WHAT NEEDS TO BE DONE >>
If a line in the data holds "BuildPart", copy that line out in full.

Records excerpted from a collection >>
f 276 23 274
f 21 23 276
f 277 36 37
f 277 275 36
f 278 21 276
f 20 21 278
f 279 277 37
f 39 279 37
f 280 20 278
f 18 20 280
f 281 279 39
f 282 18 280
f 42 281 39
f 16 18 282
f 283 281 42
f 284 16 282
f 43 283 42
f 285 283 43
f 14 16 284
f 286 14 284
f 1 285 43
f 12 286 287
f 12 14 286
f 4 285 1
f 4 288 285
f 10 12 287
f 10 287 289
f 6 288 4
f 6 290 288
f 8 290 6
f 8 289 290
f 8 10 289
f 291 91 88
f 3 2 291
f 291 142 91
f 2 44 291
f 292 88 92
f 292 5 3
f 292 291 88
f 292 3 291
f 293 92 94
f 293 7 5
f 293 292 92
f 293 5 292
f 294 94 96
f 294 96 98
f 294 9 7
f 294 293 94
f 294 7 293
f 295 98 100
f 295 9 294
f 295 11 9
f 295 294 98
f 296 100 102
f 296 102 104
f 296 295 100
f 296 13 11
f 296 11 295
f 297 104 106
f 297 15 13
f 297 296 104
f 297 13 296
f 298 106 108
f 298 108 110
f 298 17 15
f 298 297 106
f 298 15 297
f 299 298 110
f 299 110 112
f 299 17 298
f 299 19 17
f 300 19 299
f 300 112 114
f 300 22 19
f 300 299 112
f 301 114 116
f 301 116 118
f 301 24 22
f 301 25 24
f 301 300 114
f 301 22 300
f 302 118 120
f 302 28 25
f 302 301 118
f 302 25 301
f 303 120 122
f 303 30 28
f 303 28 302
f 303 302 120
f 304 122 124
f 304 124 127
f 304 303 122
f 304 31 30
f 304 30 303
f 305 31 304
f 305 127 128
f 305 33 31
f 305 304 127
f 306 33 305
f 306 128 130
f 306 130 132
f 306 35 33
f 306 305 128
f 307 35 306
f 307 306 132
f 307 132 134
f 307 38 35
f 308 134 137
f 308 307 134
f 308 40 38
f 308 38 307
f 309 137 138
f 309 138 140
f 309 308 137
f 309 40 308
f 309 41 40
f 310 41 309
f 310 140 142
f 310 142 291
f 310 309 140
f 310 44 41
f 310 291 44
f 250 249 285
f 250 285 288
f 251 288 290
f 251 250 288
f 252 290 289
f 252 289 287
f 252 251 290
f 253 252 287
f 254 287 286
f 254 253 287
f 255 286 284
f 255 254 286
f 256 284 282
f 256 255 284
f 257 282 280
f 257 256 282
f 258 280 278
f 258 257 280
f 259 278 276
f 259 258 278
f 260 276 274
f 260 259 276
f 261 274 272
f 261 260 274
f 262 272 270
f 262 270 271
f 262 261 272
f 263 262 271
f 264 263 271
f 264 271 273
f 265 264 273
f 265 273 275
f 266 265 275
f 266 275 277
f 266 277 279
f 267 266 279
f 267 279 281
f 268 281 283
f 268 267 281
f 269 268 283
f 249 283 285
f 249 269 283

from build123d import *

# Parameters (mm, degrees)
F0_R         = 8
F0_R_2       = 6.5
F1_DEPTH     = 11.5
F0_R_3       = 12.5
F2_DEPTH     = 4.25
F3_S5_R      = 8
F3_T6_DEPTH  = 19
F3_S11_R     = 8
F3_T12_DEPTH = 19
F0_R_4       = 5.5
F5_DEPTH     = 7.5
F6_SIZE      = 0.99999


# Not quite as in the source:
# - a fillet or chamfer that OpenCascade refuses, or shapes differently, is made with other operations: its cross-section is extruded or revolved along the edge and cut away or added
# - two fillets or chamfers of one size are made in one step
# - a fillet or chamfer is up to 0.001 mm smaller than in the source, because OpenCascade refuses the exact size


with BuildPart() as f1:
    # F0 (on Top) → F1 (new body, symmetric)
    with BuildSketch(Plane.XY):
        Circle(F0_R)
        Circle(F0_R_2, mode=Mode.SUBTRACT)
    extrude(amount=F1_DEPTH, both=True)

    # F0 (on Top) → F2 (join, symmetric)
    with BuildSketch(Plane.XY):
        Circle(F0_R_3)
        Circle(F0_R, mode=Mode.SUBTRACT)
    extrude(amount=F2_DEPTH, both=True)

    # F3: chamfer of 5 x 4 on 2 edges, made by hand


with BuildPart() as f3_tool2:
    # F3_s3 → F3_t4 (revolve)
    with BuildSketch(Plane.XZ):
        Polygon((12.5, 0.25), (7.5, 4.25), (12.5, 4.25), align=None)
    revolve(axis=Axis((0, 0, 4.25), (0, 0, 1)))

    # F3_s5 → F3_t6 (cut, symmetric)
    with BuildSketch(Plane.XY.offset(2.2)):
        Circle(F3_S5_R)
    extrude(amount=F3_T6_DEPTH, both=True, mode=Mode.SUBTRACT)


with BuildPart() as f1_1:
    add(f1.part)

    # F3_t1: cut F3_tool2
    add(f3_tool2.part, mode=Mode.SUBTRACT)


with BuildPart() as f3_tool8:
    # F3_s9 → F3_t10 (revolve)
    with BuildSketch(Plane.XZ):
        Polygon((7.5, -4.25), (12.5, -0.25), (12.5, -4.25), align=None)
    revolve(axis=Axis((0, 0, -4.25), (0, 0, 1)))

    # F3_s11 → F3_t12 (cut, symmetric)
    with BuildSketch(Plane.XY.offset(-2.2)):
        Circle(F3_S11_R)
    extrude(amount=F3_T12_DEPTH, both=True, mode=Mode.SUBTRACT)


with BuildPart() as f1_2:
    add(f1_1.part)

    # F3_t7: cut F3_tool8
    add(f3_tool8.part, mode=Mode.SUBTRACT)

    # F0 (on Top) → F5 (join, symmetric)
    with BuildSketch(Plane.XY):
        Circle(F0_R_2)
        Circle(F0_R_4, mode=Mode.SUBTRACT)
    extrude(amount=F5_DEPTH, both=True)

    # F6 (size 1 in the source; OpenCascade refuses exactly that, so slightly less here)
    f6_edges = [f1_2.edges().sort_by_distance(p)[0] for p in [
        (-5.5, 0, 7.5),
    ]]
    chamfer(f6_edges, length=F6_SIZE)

OUTPUT FOR THIS TASK >>
with BuildPart() as f1:
with BuildPart() as f3_tool2:
with BuildPart() as f1_1:
with BuildPart() as f3_tool8:
with BuildPart() as f1_2:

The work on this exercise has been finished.